Eat meat and vegetables, nuts and seeds, some fruit, little starch and no sugar. Keep intake to levels that will support exercise but not body fat. Practice and train major lifts: Deadlift, clean, squat, presses, C&J, and snatch. Similarly, master the basics of gymnastics: pull-ups, dips, rope climb, push-ups, sit-ups, presses to handstand, pirouettes, flips, splits, and holds. Bike, run, swim, row, etc, hard and fast. Five or six days per week mix these elements in as many combinations and patterns as creativity will allow. Routine is the enemy. Keep workouts short and intense. Regularly learn and play new sports. - Greg Glassman

CrossFit is constantly varied functional movements performed at high intensity.

Friday, October 2, 2015


Friday, October 2, 2015

Coach Meriah

(11AM) Ashley, Richelle, Tom, Bill, Steve B, Craig, Ben, Luke and me

Warm Up

2 rounds of 40 sec ON, 20 sec REST of Ball Slams (15#), Hang from Bar, Low bounding box jumps (12”), one other thing?, Pistols/Squats holding onto rack.  Then 1 speed round with 40 sec ON of each with no rest.

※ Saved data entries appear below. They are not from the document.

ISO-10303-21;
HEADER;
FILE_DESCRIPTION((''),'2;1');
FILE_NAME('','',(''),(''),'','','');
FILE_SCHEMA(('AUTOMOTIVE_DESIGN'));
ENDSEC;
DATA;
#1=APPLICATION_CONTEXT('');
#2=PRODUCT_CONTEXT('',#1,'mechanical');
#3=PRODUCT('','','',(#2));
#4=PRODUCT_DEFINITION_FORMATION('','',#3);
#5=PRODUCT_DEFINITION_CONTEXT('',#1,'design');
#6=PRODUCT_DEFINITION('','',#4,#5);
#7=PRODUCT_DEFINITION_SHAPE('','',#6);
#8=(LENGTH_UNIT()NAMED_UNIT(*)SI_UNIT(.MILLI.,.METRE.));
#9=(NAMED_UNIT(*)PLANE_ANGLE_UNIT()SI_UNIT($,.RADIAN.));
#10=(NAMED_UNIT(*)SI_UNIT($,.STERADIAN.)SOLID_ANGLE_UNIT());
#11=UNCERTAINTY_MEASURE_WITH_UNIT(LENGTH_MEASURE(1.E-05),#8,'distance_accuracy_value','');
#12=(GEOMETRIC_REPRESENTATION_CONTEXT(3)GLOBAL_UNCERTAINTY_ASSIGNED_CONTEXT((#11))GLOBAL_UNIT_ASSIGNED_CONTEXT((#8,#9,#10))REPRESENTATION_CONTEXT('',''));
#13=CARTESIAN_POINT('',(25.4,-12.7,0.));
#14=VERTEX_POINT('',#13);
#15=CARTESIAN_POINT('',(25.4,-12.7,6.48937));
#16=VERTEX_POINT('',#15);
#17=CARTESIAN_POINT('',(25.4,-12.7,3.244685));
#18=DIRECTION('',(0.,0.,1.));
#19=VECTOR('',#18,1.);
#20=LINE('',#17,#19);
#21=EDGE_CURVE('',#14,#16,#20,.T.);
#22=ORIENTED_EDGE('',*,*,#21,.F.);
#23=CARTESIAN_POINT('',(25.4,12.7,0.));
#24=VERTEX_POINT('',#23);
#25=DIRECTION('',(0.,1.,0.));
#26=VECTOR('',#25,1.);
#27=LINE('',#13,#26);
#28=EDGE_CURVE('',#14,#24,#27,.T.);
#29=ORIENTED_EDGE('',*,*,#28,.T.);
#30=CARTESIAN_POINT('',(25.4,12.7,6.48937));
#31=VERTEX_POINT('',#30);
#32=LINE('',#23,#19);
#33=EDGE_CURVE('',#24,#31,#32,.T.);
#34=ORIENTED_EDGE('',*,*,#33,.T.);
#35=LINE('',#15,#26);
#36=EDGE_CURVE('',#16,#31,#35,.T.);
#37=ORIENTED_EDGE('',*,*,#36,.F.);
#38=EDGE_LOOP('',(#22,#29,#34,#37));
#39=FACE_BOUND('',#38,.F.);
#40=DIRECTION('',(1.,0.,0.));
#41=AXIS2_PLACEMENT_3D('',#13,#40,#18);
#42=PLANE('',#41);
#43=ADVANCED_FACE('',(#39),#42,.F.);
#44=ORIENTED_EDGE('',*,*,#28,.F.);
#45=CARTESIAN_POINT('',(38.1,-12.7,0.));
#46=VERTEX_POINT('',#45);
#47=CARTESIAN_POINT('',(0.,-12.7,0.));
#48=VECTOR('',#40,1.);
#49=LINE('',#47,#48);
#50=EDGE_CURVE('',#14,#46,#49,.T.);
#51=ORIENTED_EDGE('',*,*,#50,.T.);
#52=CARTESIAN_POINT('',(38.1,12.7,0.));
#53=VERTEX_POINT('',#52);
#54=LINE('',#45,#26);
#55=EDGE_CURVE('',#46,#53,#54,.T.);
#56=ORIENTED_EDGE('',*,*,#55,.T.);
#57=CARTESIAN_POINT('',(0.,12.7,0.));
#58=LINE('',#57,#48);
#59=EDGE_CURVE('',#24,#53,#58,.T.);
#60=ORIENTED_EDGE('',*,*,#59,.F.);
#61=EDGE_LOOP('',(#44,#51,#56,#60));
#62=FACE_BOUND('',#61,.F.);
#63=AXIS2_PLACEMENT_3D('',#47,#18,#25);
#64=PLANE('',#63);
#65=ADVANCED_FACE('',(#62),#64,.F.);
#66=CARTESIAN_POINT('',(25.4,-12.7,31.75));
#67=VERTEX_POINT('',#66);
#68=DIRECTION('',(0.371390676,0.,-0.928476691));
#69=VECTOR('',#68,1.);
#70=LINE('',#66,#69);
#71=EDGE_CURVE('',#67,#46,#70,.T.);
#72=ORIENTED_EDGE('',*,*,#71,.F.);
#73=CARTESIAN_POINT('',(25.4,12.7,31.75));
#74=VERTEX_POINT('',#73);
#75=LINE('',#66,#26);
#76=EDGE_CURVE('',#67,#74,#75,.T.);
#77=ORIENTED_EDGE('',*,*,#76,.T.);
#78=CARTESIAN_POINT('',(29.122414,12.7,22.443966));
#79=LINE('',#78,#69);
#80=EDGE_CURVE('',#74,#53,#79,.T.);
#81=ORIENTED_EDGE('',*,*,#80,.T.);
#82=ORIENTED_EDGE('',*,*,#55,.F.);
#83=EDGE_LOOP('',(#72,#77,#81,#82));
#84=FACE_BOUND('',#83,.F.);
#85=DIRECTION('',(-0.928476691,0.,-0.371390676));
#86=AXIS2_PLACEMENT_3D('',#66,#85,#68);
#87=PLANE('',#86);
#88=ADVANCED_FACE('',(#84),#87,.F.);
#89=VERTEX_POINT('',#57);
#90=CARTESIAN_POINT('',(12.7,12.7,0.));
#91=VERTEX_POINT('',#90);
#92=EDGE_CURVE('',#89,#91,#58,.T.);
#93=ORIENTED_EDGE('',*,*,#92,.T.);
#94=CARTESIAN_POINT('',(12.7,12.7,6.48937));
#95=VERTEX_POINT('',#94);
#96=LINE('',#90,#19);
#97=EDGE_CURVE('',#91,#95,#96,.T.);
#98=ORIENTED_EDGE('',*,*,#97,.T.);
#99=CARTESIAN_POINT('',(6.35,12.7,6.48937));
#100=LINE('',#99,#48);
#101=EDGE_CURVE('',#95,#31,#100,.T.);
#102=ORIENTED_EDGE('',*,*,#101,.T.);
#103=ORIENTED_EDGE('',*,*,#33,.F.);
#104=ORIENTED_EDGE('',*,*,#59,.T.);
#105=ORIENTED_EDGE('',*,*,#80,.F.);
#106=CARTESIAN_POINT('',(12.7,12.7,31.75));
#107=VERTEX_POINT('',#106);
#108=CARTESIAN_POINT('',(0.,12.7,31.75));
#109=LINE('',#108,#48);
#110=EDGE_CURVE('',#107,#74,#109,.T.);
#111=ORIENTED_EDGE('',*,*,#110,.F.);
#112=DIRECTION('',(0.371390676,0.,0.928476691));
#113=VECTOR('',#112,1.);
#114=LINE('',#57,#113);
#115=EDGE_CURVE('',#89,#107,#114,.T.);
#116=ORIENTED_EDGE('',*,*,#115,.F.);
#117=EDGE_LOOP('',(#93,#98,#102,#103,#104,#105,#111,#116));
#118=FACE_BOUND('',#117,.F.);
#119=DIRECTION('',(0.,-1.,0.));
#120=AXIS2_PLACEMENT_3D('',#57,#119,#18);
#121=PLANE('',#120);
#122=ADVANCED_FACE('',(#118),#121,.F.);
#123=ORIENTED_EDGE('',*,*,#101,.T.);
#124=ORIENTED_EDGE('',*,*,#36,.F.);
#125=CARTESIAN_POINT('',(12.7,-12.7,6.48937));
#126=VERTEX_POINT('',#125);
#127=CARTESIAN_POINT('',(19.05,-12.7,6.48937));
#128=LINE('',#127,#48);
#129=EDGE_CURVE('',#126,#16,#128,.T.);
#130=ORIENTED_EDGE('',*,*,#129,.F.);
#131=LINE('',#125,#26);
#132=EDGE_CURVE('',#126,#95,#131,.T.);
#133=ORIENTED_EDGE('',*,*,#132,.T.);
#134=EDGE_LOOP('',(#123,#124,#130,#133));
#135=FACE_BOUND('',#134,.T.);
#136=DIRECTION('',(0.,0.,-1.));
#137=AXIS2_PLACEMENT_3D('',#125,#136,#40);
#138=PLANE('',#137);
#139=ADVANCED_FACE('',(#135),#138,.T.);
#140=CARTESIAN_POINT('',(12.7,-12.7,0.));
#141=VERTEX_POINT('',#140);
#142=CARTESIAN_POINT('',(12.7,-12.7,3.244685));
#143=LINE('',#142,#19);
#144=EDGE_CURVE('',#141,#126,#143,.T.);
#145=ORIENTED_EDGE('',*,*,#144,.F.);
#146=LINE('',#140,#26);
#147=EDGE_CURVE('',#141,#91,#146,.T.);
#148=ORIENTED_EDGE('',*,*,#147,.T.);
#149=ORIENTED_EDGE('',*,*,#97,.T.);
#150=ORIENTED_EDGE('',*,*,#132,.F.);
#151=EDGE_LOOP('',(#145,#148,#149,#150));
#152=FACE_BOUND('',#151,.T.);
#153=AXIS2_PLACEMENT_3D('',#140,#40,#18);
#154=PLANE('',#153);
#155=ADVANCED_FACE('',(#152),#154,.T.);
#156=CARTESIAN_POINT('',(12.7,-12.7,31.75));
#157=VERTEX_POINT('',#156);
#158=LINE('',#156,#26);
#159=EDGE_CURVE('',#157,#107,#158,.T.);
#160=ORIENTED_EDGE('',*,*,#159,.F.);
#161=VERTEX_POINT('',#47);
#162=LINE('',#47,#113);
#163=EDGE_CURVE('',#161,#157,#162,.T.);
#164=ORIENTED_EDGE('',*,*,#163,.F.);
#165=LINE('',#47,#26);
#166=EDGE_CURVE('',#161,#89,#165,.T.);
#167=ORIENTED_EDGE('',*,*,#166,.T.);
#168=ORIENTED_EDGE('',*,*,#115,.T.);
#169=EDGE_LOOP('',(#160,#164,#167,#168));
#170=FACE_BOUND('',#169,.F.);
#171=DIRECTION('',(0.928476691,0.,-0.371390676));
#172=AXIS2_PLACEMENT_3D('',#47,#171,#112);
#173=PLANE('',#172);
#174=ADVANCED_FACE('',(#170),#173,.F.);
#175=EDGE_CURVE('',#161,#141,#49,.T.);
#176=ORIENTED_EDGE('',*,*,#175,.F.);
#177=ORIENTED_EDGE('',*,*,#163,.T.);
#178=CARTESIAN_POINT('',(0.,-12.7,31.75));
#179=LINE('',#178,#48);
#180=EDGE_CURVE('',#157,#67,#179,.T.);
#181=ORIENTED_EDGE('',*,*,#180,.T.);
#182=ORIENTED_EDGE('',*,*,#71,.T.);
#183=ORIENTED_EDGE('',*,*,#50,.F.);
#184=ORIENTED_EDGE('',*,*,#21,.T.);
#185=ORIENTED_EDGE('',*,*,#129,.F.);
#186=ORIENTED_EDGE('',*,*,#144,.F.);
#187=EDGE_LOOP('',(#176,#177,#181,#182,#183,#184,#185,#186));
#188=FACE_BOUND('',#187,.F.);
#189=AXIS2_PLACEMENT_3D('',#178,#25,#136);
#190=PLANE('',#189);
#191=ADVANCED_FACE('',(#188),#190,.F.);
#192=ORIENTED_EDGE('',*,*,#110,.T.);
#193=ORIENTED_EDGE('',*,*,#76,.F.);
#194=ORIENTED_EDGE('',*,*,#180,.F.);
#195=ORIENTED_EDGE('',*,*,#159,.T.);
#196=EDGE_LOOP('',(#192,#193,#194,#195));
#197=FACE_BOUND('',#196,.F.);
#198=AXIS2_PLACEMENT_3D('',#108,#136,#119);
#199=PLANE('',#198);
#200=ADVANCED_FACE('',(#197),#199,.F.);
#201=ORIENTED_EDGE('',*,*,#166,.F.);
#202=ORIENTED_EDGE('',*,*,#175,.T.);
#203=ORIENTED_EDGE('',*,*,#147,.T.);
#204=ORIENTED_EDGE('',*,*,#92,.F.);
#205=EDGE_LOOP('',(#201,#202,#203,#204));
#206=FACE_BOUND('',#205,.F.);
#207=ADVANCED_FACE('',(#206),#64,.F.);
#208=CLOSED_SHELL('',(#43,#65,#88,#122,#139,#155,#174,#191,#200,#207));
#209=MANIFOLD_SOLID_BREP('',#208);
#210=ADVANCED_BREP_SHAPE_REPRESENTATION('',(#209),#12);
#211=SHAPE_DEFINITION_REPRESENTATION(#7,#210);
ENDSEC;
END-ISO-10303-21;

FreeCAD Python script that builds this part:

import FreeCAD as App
import Part
import Sketcher
from FreeCAD import Vector
Q = App.Units.Quantity

doc = App.newDocument("Part")
body = doc.addObject("PartDesign::Body", "Body")

# Sketch on YZ plane
sketch1 = body.newObject("Sketcher::SketchObject", "Sketch")
sketch1.AttachmentSupport = (doc.getObject("YZ_Plane"), [""])
sketch1.MapMode = "FlatFace"
sketch1.addGeometry(Part.LineSegment(Vector(-13, 32, 0), Vector(-13, 0, 0)), False)
sketch1.addGeometry(Part.LineSegment(Vector(-13, 0, 0), Vector(13, 0, 0)), False)
sketch1.addGeometry(Part.LineSegment(Vector(13, 0, 0), Vector(13, 32, 0)), False)
sketch1.addGeometry(Part.LineSegment(Vector(13, 32, 0), Vector(-13, 32, 0)), False)
sketch1.addConstraint(Sketcher.Constraint("Coincident", 0, 2, 1, 1))
sketch1.addConstraint(Sketcher.Constraint("Coincident", 1, 2, 2, 1))
sketch1.addConstraint(Sketcher.Constraint("Coincident", 2, 2, 3, 1))
sketch1.addConstraint(Sketcher.Constraint("Coincident", 3, 2, 0, 1))
sketch1.addConstraint(Sketcher.Constraint("Vertical", 0))
sketch1.addConstraint(Sketcher.Constraint("Horizontal", 1))
sketch1.addConstraint(Sketcher.Constraint("Vertical", 2))
sketch1.addConstraint(Sketcher.Constraint("Horizontal", 3))
sketch1.addConstraint(Sketcher.Constraint("Symmetric", 0, 2, 1, 2, -1, 1))
sketch1.addConstraint(Sketcher.Constraint("DistanceX", 1, 1, 1, 2, Q("1 in")))
sketch1.addConstraint(Sketcher.Constraint("DistanceY", 0, 2, 0, 1, Q("1.25 in")))
pad1 = body.newObject("PartDesign::Pad", "Pad")
pad1.Profile = sketch1
pad1.Length = Q("1.5 in")

# Sketch on XZ plane
sketch2 = body.newObject("Sketcher::SketchObject", "Sketch001")
sketch2.AttachmentSupport = (doc.getObject("XZ_Plane"), [""])
sketch2.MapMode = "FlatFace"
sketch2.AttachmentOffset = App.Placement(Vector(0, 0, 0.5 * 25.4), App.Rotation())
sketch2.addGeometry(Part.LineSegment(Vector(0, 32, 0), Vector(0, 0, 0)), False)
sketch2.addGeometry(Part.LineSegment(Vector(0, 0, 0), Vector(13, 32, 0)), False)
sketch2.addGeometry(Part.LineSegment(Vector(13, 32, 0), Vector(0, 32, 0)), False)
sketch2.addGeometry(Part.LineSegment(Vector(25, 32, 0), Vector(38, 0, 0)), False)
sketch2.addGeometry(Part.LineSegment(Vector(38, 0, 0), Vector(38, 32, 0)), False)
sketch2.addGeometry(Part.LineSegment(Vector(38, 32, 0), Vector(25, 32, 0)), False)
sketch2.addConstraint(Sketcher.Constraint("Coincident", 0, 2, 1, 1))
sketch2.addConstraint(Sketcher.Constraint("Coincident", 1, 2, 2, 1))
sketch2.addConstraint(Sketcher.Constraint("Coincident", 2, 2, 0, 1))
sketch2.addConstraint(Sketcher.Constraint("Coincident", 3, 2, 4, 1))
sketch2.addConstraint(Sketcher.Constraint("Coincident", 4, 2, 5, 1))
sketch2.addConstraint(Sketcher.Constraint("Coincident", 5, 2, 3, 1))
sketch2.addConstraint(Sketcher.Constraint("Vertical", 0))
sketch2.addConstraint(Sketcher.Constraint("Horizontal", 2))
sketch2.addConstraint(Sketcher.Constraint("Vertical", 4))
sketch2.addConstraint(Sketcher.Constraint("Horizontal", 5))
sketch2.addConstraint(Sketcher.Constraint("Coincident", 0, 2, -1, 1))
sketch2.addConstraint(Sketcher.Constraint("PointOnObject", 3, 2, -1))
sketch2.addConstraint(Sketcher.Constraint("Horizontal", 2, 2, 4, 2))
sketch2.addConstraint(Sketcher.Constraint("Equal", 2, 5))
sketch2.addConstraint(Sketcher.Constraint("DistanceX", 2, 2, 2, 1, Q("0.5 in")))
sketch2.addConstraint(Sketcher.Constraint("DistanceX", -1, 1, 5, 2, Q("1 in")))
sketch2.addConstraint(Sketcher.Constraint("DistanceY", 0, 2, 0, 1, Q("1.25 in")))
pocket1 = body.newObject("PartDesign::Pocket", "Pocket")
pocket1.Profile = sketch2
pocket1.Type = "ThroughAll"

2 Rounds for time:  40 Hang Power Cleans 75/55#, 80 Air Squats, Run 1 mile

This was a long workout.  I considered going Rx, but opted to drop down to 65#.  The weight was not supposed to be heavy, but I still found myself dropping the bar every 10 repetitions.  The Air Squats were a grind as well, I broke them down into sets of 20.  Finally the mile run was down and up the hill heading East to the first driveway and back.  It took between a little over 2 minutes for each round of Hang Power Cleans, 3 minutes for each set of Air Squats and around 12 minutes for each mile run.  Overall, I finished in 34:41 and was just glad to be done.  I paced myself pretty well.  I also ended up drilling a hole in my right thumb and will make a point of taping it up the next time we have a high repetition set of cleans.

I was surprised at how quickly some folks were knocking out this WOD.  Times were as low as 20 minutes.

Finished with mobility on calves hooking the foot onto band and rolling a barbell under the belly of the calf from a variety of angles.